▸ PROBLEM TO WORK ON: Scan the records below for the line containing "#351=ORIENTED_EDGE('',*,*,#70,.F.);" and the line containing "#360=MANIFOLD_SOLID_BREP('',#359);". Copy both, plus every line between, exactly.

▸ SOURCE RECORDS:
——
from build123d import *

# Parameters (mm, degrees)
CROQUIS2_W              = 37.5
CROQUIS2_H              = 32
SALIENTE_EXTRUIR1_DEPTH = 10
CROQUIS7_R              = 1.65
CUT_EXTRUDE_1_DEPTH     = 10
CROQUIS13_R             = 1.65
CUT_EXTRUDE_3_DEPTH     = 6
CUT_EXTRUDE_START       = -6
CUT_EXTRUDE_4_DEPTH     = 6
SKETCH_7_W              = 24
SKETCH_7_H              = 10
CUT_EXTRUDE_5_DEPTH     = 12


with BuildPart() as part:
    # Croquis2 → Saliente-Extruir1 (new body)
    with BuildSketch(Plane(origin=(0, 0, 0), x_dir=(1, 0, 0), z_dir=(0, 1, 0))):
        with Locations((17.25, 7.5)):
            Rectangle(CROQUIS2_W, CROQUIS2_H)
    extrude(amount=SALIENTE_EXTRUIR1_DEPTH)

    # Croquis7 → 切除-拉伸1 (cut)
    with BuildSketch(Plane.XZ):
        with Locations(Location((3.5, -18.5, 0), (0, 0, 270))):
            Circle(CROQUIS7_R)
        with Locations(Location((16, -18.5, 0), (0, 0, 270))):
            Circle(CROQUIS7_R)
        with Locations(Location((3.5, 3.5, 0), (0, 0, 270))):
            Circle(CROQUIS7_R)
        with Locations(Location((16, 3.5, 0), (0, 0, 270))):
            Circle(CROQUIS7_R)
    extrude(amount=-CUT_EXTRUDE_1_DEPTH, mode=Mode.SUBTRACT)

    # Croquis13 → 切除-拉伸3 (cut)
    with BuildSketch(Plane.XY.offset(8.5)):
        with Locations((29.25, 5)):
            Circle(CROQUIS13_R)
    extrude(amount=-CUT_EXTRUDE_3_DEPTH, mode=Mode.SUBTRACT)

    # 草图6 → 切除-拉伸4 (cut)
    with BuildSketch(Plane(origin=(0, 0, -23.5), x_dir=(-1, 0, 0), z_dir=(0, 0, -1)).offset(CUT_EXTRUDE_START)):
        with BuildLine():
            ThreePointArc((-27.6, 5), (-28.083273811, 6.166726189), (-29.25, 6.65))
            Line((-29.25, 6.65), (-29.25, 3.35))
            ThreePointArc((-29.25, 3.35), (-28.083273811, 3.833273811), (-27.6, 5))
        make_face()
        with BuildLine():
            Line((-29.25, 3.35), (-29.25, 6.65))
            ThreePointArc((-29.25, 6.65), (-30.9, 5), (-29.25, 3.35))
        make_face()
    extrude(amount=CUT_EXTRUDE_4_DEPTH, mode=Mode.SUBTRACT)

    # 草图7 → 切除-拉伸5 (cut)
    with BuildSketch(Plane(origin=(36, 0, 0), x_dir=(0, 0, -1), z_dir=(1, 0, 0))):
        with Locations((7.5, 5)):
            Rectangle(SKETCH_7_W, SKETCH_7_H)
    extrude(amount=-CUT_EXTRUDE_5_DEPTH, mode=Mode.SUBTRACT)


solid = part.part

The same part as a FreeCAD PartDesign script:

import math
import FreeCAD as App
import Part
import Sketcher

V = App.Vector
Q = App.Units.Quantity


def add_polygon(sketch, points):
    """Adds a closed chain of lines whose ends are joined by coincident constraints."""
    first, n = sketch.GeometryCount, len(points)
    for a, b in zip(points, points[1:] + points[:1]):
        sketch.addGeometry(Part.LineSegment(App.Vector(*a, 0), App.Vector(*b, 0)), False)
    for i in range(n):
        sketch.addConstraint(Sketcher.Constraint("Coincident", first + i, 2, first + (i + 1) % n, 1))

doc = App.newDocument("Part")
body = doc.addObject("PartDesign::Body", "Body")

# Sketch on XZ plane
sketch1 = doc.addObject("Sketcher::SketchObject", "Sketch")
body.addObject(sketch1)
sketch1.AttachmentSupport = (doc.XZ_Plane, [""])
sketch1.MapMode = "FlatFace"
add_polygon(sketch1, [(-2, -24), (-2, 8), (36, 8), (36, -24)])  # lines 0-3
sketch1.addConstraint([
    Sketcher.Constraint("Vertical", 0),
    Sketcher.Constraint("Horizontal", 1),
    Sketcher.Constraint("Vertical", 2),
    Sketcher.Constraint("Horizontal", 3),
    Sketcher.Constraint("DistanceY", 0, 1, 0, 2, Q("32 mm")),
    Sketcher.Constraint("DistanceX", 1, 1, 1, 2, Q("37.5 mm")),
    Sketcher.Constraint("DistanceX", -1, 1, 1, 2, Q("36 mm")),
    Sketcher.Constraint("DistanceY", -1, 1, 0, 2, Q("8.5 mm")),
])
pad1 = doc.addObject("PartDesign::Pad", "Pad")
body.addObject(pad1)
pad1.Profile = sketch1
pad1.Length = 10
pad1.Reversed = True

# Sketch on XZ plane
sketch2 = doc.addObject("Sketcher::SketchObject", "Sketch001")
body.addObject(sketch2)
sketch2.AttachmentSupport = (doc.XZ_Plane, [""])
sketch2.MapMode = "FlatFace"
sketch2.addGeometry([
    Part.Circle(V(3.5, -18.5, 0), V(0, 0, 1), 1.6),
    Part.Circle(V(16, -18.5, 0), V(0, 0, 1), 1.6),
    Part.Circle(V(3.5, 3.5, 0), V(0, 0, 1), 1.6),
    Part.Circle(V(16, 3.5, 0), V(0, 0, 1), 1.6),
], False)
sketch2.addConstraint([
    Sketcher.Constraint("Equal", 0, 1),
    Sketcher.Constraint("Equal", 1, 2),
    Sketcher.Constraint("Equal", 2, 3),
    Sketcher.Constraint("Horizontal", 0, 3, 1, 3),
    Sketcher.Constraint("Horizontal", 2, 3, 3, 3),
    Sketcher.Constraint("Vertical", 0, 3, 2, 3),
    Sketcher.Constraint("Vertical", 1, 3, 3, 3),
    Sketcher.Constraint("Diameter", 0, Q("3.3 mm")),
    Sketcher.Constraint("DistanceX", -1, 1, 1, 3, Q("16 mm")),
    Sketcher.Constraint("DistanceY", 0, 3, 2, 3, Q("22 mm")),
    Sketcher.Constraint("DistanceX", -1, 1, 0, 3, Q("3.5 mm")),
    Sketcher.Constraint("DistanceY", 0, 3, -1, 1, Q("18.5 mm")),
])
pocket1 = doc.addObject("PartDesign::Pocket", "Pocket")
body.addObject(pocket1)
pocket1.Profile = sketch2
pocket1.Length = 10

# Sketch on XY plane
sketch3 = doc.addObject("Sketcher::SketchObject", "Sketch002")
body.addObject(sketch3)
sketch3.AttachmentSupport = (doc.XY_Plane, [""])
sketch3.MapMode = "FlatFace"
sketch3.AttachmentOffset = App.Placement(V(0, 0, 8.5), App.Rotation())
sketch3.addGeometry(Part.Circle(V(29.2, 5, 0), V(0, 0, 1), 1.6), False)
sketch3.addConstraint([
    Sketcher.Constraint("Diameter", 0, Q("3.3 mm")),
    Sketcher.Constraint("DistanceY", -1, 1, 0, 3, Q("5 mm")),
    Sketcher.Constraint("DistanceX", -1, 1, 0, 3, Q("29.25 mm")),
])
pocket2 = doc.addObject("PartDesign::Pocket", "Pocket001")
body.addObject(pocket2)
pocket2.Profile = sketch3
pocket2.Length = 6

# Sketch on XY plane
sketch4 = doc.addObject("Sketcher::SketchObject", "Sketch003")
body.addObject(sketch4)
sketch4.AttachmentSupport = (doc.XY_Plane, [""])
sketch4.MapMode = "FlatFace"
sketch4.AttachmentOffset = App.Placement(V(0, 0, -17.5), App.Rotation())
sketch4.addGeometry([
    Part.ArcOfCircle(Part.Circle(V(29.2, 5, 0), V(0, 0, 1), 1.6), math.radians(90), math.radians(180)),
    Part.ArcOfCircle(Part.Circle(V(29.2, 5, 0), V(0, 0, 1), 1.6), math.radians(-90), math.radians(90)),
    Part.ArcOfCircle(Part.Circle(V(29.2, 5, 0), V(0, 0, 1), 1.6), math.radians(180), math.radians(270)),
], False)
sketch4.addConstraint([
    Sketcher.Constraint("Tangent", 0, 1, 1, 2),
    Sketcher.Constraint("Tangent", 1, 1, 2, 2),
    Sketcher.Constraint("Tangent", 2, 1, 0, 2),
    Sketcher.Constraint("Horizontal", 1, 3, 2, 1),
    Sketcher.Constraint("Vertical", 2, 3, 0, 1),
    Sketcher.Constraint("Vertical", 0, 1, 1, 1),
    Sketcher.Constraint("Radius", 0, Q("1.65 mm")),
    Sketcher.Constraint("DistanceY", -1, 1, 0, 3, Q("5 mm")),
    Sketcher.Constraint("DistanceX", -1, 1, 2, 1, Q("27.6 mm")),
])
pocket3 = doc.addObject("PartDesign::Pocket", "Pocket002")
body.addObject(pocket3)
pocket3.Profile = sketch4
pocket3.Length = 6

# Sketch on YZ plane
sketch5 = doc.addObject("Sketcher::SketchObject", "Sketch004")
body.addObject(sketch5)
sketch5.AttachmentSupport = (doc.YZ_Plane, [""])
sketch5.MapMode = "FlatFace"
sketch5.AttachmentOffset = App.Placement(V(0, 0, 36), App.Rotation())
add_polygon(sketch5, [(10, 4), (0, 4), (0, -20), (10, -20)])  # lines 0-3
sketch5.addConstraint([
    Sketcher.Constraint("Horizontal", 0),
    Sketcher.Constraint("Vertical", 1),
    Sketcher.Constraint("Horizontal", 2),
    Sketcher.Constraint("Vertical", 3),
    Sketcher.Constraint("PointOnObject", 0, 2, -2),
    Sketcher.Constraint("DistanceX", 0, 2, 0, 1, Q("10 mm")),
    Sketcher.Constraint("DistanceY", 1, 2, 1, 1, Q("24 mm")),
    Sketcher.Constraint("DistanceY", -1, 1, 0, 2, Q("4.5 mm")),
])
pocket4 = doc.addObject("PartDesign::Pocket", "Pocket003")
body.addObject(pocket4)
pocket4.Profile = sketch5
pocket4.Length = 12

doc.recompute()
——
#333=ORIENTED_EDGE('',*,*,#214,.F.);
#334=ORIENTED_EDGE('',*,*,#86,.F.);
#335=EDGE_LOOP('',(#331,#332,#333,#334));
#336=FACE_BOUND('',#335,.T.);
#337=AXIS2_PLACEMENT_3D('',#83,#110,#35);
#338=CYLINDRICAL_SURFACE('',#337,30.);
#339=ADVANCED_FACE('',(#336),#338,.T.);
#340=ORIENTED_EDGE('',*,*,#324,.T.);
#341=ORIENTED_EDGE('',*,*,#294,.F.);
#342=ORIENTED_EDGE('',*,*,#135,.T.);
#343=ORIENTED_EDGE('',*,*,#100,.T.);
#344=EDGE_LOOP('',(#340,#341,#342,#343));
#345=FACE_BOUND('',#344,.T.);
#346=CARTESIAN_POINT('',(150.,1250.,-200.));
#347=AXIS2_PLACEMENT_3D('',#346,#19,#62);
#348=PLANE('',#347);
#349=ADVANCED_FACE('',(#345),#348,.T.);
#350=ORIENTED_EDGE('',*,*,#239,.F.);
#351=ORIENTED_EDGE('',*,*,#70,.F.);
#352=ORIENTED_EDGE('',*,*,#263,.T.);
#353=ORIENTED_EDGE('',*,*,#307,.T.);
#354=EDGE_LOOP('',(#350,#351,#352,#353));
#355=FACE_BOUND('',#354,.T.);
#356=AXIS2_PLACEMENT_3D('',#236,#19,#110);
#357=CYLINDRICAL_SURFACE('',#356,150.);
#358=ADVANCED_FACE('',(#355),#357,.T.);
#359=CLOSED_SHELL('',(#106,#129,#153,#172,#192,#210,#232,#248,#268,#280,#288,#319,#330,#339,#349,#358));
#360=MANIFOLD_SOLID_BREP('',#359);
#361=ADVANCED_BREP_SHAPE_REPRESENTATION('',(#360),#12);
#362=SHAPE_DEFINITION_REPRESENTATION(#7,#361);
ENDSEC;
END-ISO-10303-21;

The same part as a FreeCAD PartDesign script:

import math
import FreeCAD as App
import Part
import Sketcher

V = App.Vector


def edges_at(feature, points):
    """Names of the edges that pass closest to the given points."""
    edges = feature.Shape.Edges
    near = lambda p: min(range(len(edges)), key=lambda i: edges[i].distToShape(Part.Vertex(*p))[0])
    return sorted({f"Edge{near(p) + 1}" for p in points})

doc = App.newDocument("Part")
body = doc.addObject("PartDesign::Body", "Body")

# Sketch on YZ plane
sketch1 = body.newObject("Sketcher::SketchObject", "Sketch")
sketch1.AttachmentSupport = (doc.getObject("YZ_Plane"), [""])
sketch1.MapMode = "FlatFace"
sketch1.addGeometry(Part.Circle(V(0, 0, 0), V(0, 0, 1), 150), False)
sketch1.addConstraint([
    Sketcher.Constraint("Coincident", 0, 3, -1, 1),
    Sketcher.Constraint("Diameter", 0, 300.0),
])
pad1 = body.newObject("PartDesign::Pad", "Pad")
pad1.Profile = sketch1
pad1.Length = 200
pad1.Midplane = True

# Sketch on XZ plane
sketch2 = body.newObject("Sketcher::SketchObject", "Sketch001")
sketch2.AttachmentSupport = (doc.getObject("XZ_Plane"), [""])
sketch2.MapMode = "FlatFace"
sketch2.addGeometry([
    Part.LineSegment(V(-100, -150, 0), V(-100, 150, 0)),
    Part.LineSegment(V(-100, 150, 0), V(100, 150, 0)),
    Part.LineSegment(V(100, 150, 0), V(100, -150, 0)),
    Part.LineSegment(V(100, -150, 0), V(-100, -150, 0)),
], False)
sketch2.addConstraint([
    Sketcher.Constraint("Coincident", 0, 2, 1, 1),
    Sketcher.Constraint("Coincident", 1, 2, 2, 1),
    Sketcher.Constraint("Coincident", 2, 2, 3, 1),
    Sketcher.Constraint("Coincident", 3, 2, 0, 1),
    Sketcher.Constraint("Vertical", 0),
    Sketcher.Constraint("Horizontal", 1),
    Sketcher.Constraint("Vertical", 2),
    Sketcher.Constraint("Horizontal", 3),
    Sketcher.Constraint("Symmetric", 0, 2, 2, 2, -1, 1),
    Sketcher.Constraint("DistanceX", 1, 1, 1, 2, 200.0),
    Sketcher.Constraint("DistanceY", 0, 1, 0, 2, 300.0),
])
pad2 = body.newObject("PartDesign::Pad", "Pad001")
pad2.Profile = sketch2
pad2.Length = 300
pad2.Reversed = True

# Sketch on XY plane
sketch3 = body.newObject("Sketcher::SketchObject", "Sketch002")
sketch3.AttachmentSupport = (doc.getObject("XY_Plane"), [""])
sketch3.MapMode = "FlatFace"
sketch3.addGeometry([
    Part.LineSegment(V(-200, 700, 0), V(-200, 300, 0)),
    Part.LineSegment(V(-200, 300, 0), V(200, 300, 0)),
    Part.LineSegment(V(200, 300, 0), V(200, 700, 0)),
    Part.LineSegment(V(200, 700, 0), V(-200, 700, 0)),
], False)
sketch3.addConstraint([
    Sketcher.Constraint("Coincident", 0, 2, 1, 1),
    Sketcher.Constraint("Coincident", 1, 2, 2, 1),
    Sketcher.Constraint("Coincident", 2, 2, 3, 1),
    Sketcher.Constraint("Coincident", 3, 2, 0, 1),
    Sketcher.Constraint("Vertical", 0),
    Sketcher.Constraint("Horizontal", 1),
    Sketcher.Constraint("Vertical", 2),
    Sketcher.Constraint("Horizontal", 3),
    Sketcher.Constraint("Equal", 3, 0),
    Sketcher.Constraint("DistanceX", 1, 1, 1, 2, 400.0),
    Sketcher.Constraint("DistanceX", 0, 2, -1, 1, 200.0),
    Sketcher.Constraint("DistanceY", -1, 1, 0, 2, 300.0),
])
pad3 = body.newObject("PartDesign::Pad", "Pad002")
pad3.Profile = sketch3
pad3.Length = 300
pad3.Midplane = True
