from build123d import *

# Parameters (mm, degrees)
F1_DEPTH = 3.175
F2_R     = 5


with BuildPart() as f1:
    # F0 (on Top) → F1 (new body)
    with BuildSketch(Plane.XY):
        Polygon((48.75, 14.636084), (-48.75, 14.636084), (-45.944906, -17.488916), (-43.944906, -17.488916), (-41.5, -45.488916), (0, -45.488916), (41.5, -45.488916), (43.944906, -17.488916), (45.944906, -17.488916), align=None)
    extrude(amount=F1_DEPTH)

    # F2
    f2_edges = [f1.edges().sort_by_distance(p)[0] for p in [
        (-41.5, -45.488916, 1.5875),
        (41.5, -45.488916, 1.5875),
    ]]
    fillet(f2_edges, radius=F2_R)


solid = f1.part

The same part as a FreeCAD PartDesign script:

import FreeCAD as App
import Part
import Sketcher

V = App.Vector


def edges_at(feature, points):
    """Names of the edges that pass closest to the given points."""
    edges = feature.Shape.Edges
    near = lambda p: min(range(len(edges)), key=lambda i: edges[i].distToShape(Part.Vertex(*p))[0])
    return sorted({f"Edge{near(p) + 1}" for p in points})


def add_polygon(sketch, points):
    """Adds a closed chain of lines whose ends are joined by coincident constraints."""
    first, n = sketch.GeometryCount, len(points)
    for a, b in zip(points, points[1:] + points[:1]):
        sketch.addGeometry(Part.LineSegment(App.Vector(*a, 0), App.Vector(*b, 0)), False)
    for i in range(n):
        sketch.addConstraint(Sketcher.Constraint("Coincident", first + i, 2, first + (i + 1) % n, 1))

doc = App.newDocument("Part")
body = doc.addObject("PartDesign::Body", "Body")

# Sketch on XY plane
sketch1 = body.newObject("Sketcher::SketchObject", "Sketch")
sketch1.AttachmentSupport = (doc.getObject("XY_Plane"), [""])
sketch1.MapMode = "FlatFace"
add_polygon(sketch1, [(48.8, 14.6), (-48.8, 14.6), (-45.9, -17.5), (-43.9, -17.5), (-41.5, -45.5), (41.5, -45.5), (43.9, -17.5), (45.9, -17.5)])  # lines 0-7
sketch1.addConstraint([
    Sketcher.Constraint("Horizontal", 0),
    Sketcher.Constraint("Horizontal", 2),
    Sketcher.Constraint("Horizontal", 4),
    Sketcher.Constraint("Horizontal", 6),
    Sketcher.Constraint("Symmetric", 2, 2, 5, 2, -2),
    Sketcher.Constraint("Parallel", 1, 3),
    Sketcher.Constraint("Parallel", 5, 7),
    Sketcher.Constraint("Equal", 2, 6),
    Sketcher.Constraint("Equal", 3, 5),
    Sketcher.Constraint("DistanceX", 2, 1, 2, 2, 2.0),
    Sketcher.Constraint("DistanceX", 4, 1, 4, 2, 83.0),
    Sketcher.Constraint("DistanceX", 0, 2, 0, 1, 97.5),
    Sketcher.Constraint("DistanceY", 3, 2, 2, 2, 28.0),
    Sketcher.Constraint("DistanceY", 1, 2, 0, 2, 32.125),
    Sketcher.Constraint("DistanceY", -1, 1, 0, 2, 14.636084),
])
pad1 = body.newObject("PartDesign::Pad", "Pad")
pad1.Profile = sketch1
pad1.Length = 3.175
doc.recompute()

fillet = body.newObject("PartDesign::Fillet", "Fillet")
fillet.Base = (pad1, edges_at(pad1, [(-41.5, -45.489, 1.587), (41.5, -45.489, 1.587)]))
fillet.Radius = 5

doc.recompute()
——
▸ ANSWER BOX:
#351=ORIENTED_EDGE('',*,*,#70,.F.);
#352=ORIENTED_EDGE('',*,*,#263,.T.);
#353=ORIENTED_EDGE('',*,*,#307,.T.);
#354=EDGE_LOOP('',(#350,#351,#352,#353));
#355=FACE_BOUND('',#354,.T.);
#356=AXIS2_PLACEMENT_3D('',#236,#19,#110);
#357=CYLINDRICAL_SURFACE('',#356,150.);
#358=ADVANCED_FACE('',(#355),#357,.T.);
#359=CLOSED_SHELL('',(#106,#129,#153,#172,#192,#210,#232,#248,#268,#280,#288,#319,#330,#339,#349,#358));
#360=MANIFOLD_SOLID_BREP('',#359);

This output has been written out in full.